И, возможно, ему бы это удалось, тем более, что Борисов отвлек внимание Савельева какой‑то срочной бытовой потребностью, но на пути ретирады оказалась поленница, заплетающиеся ноги задели ее краем и через секунду непрочная конструкция обрушилась на землю, пребольно стукнув Рогозина по голени.

Он обеими руками схватился за ушибленное место, заскакал на одной ноге, но недолго — усталость сказалась. Упав не на поленницу, а уже на твердую кучу торчащих во все стороны дров, Виктор получил еще несколько ушибов, заорал что‑то матерное.

В следующий миг сильные руки выдернули стенающего беднягу из беды.

— Да что с тобой, Виктор? — участливо заглядывая в глаза, спросил Савельев. — Отравился? Что произошло?

Рядом с геологом стоял пес Атас, склонив голову набок и высунув длинный язык, а за спиной Кима Стальевича

У Рогозина не достало сил запираться, он раскололся сразу, сдав своего подельника:

— На алтарь ночью ходили с Юриком, — сквозь подвывание и мычание успевал говорить Рогозин, — там мох светился. Схистотега какая‑то. Луна это отражается.
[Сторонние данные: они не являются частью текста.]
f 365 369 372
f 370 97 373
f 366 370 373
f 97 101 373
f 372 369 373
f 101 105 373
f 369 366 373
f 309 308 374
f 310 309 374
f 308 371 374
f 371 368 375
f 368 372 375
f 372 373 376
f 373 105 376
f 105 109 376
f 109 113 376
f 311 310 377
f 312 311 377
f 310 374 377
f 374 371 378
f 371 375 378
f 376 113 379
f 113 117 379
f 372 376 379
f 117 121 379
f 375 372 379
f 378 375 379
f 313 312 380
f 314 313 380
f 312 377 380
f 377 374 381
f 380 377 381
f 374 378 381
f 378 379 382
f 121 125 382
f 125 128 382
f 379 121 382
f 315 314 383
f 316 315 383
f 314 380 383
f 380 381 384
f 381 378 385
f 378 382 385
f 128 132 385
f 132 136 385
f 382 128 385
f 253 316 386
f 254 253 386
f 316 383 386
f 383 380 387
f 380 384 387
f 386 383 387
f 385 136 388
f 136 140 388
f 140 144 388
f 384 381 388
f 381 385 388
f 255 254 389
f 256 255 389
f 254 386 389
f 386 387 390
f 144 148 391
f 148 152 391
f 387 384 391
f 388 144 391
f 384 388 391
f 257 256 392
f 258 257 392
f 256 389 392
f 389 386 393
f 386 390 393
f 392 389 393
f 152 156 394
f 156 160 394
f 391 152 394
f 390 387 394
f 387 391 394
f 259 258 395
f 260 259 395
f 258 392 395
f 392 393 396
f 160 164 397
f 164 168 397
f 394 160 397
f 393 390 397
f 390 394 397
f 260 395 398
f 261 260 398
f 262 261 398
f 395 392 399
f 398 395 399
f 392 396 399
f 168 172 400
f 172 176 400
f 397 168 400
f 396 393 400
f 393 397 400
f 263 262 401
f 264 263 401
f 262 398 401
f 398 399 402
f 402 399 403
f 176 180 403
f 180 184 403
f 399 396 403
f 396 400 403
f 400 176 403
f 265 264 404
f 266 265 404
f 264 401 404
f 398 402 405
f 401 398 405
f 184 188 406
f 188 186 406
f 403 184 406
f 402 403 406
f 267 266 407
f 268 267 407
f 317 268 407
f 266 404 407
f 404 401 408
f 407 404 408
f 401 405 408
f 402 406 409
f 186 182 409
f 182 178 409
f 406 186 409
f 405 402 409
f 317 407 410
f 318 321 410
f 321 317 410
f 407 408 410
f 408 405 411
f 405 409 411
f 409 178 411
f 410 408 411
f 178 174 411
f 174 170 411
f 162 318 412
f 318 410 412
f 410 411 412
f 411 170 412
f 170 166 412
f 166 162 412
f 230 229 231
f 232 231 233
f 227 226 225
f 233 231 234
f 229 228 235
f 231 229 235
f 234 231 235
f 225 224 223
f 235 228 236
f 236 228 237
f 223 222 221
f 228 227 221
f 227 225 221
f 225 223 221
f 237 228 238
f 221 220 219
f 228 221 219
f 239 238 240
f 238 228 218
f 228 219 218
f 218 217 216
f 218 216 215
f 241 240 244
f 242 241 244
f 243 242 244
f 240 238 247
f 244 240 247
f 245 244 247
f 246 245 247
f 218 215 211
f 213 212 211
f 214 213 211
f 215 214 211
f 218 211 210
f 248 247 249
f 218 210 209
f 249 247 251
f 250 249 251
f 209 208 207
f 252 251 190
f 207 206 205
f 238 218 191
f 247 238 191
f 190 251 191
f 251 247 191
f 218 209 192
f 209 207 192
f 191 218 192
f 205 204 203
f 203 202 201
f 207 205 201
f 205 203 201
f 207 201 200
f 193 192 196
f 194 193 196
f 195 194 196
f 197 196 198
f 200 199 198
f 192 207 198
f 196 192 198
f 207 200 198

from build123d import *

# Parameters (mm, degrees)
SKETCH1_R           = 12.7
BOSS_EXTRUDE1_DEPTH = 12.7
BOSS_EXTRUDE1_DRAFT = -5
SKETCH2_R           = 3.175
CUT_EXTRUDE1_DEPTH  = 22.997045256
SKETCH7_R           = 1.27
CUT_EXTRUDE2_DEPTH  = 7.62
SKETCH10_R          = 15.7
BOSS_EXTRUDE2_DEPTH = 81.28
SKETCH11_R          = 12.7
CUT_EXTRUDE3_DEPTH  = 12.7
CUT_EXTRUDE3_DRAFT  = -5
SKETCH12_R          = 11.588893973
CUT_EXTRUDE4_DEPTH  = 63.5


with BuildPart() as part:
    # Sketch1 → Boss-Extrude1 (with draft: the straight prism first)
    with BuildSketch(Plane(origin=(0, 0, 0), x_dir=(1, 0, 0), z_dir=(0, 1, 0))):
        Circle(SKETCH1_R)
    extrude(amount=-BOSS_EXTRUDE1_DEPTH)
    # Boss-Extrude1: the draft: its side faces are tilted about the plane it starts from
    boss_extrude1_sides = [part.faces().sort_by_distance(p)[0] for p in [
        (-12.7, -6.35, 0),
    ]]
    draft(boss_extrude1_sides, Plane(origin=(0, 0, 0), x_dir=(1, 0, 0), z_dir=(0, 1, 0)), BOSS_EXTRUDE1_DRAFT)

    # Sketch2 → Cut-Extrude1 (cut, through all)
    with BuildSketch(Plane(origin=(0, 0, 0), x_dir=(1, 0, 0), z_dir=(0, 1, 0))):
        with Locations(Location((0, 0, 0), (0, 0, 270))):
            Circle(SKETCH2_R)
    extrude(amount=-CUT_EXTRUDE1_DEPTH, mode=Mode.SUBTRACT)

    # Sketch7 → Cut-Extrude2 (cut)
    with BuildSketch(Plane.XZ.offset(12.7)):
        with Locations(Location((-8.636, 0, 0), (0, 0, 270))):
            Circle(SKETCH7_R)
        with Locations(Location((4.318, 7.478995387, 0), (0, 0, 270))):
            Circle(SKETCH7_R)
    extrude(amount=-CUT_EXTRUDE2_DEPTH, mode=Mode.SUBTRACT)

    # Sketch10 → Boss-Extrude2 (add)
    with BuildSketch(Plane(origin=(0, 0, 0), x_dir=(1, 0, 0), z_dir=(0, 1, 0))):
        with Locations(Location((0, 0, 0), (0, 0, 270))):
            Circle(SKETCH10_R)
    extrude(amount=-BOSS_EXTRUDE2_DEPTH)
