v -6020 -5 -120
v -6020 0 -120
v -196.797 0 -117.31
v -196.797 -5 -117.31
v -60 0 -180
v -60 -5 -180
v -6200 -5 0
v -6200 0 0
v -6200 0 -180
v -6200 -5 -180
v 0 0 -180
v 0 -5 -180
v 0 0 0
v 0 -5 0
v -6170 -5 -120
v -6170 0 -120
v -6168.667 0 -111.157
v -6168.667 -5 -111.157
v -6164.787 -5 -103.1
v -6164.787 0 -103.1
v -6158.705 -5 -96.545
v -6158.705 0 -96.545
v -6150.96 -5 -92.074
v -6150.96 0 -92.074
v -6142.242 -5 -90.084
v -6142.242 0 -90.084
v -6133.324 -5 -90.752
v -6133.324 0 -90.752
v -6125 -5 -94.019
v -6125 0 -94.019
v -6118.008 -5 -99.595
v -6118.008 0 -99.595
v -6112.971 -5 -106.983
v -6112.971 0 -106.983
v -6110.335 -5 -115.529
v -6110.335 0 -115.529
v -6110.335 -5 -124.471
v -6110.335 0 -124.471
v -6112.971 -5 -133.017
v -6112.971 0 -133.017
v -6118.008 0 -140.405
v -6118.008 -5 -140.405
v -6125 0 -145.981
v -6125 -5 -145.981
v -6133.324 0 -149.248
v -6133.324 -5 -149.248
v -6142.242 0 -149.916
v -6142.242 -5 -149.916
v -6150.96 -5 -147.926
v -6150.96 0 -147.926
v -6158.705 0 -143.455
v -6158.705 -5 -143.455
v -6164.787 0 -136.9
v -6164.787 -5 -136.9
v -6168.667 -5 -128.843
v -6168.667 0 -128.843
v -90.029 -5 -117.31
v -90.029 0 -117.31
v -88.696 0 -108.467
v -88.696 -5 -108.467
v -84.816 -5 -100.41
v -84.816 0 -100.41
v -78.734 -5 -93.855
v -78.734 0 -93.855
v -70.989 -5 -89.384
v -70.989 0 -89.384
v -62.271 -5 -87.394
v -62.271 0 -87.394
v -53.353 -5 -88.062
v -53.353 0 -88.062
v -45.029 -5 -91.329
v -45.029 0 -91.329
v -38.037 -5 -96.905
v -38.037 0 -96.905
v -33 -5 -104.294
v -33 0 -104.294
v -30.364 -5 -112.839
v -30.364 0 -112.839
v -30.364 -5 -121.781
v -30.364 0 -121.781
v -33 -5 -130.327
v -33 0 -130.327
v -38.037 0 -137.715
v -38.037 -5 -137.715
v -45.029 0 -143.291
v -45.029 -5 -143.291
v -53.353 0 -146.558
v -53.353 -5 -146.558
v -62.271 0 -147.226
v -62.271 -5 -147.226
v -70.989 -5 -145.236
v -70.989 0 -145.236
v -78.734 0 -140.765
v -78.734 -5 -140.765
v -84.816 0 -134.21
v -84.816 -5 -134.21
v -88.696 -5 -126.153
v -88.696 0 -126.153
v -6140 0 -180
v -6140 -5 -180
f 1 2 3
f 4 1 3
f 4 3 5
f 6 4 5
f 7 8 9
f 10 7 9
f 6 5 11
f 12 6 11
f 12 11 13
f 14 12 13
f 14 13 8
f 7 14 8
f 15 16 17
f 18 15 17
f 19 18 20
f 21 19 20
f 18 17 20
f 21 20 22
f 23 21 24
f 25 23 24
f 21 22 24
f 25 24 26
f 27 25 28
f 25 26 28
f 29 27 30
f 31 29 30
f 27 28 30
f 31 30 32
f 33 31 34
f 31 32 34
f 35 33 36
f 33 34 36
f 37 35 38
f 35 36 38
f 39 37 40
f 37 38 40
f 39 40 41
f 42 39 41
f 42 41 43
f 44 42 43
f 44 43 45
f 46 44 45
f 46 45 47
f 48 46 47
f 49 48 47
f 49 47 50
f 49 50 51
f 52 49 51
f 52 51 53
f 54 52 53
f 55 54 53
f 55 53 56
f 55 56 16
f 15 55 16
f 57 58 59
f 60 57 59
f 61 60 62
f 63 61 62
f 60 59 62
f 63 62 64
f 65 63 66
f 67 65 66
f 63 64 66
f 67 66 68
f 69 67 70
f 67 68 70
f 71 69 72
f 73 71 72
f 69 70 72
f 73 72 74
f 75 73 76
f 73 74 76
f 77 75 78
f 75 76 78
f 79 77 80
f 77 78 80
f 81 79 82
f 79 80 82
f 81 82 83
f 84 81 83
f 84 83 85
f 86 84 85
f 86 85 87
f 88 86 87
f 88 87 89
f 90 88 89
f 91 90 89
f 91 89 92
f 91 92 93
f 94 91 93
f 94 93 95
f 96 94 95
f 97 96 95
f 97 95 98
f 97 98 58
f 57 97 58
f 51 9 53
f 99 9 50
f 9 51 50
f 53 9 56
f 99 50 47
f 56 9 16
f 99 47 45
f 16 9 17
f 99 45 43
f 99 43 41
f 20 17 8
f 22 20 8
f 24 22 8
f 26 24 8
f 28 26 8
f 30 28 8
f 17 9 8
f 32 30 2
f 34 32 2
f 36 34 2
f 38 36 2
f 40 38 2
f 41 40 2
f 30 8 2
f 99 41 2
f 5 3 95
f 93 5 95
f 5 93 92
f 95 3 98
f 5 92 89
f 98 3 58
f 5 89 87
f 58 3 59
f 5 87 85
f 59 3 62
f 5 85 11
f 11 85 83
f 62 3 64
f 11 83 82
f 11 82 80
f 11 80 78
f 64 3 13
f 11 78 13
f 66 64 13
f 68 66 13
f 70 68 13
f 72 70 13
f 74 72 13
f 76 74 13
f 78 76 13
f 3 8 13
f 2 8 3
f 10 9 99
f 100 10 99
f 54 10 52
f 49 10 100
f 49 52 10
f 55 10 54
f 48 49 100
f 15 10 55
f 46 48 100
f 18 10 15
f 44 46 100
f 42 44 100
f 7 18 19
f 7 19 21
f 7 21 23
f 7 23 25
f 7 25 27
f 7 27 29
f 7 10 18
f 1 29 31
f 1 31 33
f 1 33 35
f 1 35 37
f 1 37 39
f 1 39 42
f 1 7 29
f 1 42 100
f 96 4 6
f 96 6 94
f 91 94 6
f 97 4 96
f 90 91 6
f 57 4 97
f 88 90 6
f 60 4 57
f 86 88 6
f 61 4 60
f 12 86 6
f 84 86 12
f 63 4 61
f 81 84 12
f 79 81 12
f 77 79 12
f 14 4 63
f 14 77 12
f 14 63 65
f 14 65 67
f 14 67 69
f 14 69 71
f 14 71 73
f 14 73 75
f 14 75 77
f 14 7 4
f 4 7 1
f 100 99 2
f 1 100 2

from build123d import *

# Parameters (mm, degrees)
F1_DEPTH = 5
F3_D     = 60


with BuildPart() as f1:
    # F0 (on Front) → F1 (new body)
    with BuildSketch(Plane.XZ):
        Polygon((0, -180), (0, 0), (-6200, 0), (-6200, -180), (-6140, -180), (-6020, -120), (-196.797047, -117.310032), (-60, -180), align=None)
    extrude(amount=F1_DEPTH)

    # F3 (through all)
    with Locations(Plane.XZ.offset(5)):
        with Locations((-60.028959, -117.310032), (-6140, -120)):
            Hole(F3_D / 2)


solid = f1.part
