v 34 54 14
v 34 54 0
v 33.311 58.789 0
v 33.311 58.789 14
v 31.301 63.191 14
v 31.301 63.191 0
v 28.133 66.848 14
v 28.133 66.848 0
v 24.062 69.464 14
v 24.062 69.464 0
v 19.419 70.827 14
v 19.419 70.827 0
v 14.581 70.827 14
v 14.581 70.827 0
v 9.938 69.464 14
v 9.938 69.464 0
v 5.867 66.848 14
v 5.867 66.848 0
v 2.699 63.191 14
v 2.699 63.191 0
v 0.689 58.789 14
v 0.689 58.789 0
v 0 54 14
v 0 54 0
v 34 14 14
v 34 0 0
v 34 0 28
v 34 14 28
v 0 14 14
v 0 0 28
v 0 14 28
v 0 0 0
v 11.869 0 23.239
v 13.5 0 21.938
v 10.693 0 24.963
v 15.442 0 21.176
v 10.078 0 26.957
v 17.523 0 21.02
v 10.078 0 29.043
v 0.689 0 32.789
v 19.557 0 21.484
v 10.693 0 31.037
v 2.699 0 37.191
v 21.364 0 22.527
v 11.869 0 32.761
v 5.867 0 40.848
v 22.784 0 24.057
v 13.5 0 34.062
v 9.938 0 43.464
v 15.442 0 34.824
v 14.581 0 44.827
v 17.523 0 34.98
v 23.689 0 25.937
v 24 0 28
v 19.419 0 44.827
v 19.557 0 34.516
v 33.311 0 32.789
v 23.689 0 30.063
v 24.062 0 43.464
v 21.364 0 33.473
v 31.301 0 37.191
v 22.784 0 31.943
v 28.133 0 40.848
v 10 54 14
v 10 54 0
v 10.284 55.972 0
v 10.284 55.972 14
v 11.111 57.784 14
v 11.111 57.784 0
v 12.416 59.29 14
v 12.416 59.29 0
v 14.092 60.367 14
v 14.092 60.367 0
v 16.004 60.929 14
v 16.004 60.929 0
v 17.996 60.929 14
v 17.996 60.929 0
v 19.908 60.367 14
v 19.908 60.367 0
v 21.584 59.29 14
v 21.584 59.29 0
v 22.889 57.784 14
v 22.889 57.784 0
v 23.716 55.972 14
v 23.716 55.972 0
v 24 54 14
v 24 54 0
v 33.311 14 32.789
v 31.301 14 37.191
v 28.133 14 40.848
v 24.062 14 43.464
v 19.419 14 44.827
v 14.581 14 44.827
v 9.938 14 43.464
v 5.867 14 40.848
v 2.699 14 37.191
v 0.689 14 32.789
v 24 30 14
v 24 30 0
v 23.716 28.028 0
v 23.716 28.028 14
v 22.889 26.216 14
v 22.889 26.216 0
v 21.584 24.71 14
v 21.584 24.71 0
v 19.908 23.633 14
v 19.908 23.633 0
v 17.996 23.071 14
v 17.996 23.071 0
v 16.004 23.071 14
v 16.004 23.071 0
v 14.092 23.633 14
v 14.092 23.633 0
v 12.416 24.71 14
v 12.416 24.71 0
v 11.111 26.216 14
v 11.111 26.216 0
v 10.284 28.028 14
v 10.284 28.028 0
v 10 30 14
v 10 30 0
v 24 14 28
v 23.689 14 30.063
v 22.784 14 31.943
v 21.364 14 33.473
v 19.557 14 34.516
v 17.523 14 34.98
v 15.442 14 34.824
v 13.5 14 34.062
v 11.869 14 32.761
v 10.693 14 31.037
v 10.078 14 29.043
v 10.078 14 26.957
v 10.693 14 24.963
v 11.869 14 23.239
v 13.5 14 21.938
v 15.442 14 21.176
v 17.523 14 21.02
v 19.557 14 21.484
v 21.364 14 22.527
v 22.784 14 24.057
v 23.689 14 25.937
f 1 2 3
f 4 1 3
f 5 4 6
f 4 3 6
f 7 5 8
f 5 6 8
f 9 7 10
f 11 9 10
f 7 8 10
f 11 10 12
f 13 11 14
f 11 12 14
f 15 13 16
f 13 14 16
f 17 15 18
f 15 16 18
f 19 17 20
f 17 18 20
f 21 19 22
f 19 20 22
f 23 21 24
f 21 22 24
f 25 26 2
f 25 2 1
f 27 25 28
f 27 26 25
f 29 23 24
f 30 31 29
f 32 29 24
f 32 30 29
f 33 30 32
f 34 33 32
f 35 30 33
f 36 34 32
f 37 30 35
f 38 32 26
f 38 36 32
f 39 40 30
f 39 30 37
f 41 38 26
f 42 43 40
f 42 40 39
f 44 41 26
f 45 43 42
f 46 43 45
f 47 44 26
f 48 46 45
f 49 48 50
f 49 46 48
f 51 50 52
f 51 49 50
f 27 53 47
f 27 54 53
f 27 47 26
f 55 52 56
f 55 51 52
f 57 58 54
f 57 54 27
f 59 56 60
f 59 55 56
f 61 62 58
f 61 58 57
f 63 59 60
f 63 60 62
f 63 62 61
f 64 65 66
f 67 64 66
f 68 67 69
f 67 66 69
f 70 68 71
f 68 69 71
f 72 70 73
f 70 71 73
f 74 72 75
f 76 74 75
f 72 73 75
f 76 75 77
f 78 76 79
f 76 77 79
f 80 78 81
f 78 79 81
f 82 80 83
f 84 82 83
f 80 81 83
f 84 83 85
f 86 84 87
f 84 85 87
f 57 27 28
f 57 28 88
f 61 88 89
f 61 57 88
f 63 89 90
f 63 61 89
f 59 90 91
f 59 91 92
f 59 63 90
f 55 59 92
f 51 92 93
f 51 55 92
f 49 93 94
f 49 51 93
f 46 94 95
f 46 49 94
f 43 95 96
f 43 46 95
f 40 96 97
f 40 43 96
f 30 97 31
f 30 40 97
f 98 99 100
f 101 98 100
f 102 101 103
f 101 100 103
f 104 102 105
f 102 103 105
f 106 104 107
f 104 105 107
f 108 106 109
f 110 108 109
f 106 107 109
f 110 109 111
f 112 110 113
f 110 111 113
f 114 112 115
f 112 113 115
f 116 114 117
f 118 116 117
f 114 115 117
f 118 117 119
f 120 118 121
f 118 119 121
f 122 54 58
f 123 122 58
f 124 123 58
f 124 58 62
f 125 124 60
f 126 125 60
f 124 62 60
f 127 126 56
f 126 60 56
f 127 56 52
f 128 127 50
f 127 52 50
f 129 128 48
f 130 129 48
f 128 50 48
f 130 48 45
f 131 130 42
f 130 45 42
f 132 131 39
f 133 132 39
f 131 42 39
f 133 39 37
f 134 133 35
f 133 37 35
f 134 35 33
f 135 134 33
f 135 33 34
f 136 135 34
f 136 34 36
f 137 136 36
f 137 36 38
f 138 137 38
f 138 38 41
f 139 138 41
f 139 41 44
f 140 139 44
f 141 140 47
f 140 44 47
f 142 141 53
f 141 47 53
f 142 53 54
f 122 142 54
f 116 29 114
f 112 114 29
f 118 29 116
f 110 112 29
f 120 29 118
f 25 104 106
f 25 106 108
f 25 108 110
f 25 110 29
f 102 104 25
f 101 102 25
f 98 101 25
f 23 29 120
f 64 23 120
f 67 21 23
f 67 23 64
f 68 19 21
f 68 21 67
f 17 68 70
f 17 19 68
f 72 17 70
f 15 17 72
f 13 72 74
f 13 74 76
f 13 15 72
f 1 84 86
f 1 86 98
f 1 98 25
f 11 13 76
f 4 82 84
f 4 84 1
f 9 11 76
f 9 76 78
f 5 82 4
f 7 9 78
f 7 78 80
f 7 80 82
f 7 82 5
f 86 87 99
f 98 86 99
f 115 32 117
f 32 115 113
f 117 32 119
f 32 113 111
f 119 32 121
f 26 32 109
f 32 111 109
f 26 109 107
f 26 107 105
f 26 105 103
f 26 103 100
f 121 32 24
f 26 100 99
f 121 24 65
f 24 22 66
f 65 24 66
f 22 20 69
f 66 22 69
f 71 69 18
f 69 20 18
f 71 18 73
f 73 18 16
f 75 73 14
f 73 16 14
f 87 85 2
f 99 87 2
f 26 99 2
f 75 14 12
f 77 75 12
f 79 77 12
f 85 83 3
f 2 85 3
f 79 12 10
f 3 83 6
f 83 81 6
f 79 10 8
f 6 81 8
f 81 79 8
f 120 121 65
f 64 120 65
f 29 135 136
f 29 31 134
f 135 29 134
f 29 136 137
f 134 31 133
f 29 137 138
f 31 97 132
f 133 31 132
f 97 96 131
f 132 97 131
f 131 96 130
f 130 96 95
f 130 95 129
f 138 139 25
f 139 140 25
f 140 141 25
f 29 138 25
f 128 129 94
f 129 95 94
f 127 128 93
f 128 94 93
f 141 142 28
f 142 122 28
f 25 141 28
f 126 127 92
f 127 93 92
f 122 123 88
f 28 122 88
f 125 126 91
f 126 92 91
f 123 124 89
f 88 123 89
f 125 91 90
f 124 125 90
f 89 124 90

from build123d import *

# Parameters (mm, degrees)
F1_DEPTH = 14
F2_R     = 7
F3_DEPTH = 14


with BuildPart() as f1:
    # F0 (on Top) → F1 (new body)
    with BuildSketch(Plane.XY):
        with BuildLine():
            Line((0, 54), (0, 0))
            Line((0, 0), (34, 0))
            Line((34, 0), (34, 54))
            ThreePointArc((34, 54), (17, 71), (0, 54))
        make_face()
        with BuildLine():
            ThreePointArc((10, 54), (17, 61), (24, 54))
            Line((24, 54), (24, 30))
            ThreePointArc((24, 30), (17, 23), (10, 30))
            Line((10, 30), (10, 54))
        make_face(mode=Mode.SUBTRACT)
    extrude(amount=F1_DEPTH)

    # F2 (on face) → F3 (join)
    with BuildSketch(Plane.XZ):
        with BuildLine():
            Line((0, 28), (0, 14))
            Line((0, 14), (34, 14))
            Line((34, 14), (34, 28))
            ThreePointArc((34, 28), (17, 45), (0, 28))
        make_face()
        with Locations((17, 28)):
            Circle(F2_R, mode=Mode.SUBTRACT)
    extrude(amount=-F3_DEPTH)


solid = f1.part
Жутко. Потом всю ночь не спал, ворочался.

— Мох курили?

— Что? Нет! Его еще сушить нужно. Я не курю вообще…

— Знаем мы вас, питерских. Все на грибах сидите, — заржал Борисов. — Псилабыцин, ага?

— Псилоцибин, Олег, — поправил его доктор наук Савельев.

— Я и говорю — псилабыцин, — «согласился» Олег.

— Что с ногой?

— Болит, — проскрипел Рогозин.

— Да вижу, что не цветет. Скинь ботинок и штанину заверни, — приказал Савельев.

Осмотрев ногу, потыкав пальцем в синяк на коленке, распорядился:

— Вроде бы ничего серьезного, но кто знает? Трещина запросто может быть. Завтра никуда не пойдешь. И от работы сегодня я тебя тоже отстраняю. Мне здесь только увечных не хватало. До окончания программы четыре дня. Даже если нужно будет лежать — сильно мне жизнь не осложнишь, мы и без тебя управимся. Однако на полную зарплату сильно не рассчитывай.

Савельев еще о чем‑то подумал и добавил:

— Сейчас пойди к Андреевне, пусть она тебе мазь какую на колено намажет. Олег, помоги пациенту. А ты, Атас, пригляди.

Глава 7. Конфликт

Жаль, что Андреевна не была врачом. Она даже не была фельдшером. И, наверное, опознать перелом смогла бы только по торчащей из кровавой раны кости. Всех ее умений хватило на: ощупать поврежденную ногу, повздыхать горестно, наложить тугую повязку, прочесть молитву (изрядно ее переврав), щедро отсыпать пилюль — витаминов и успокоительного, и, как венец медицинских умений — неловко воткнуть в икру Рогозину шприц с новокаином.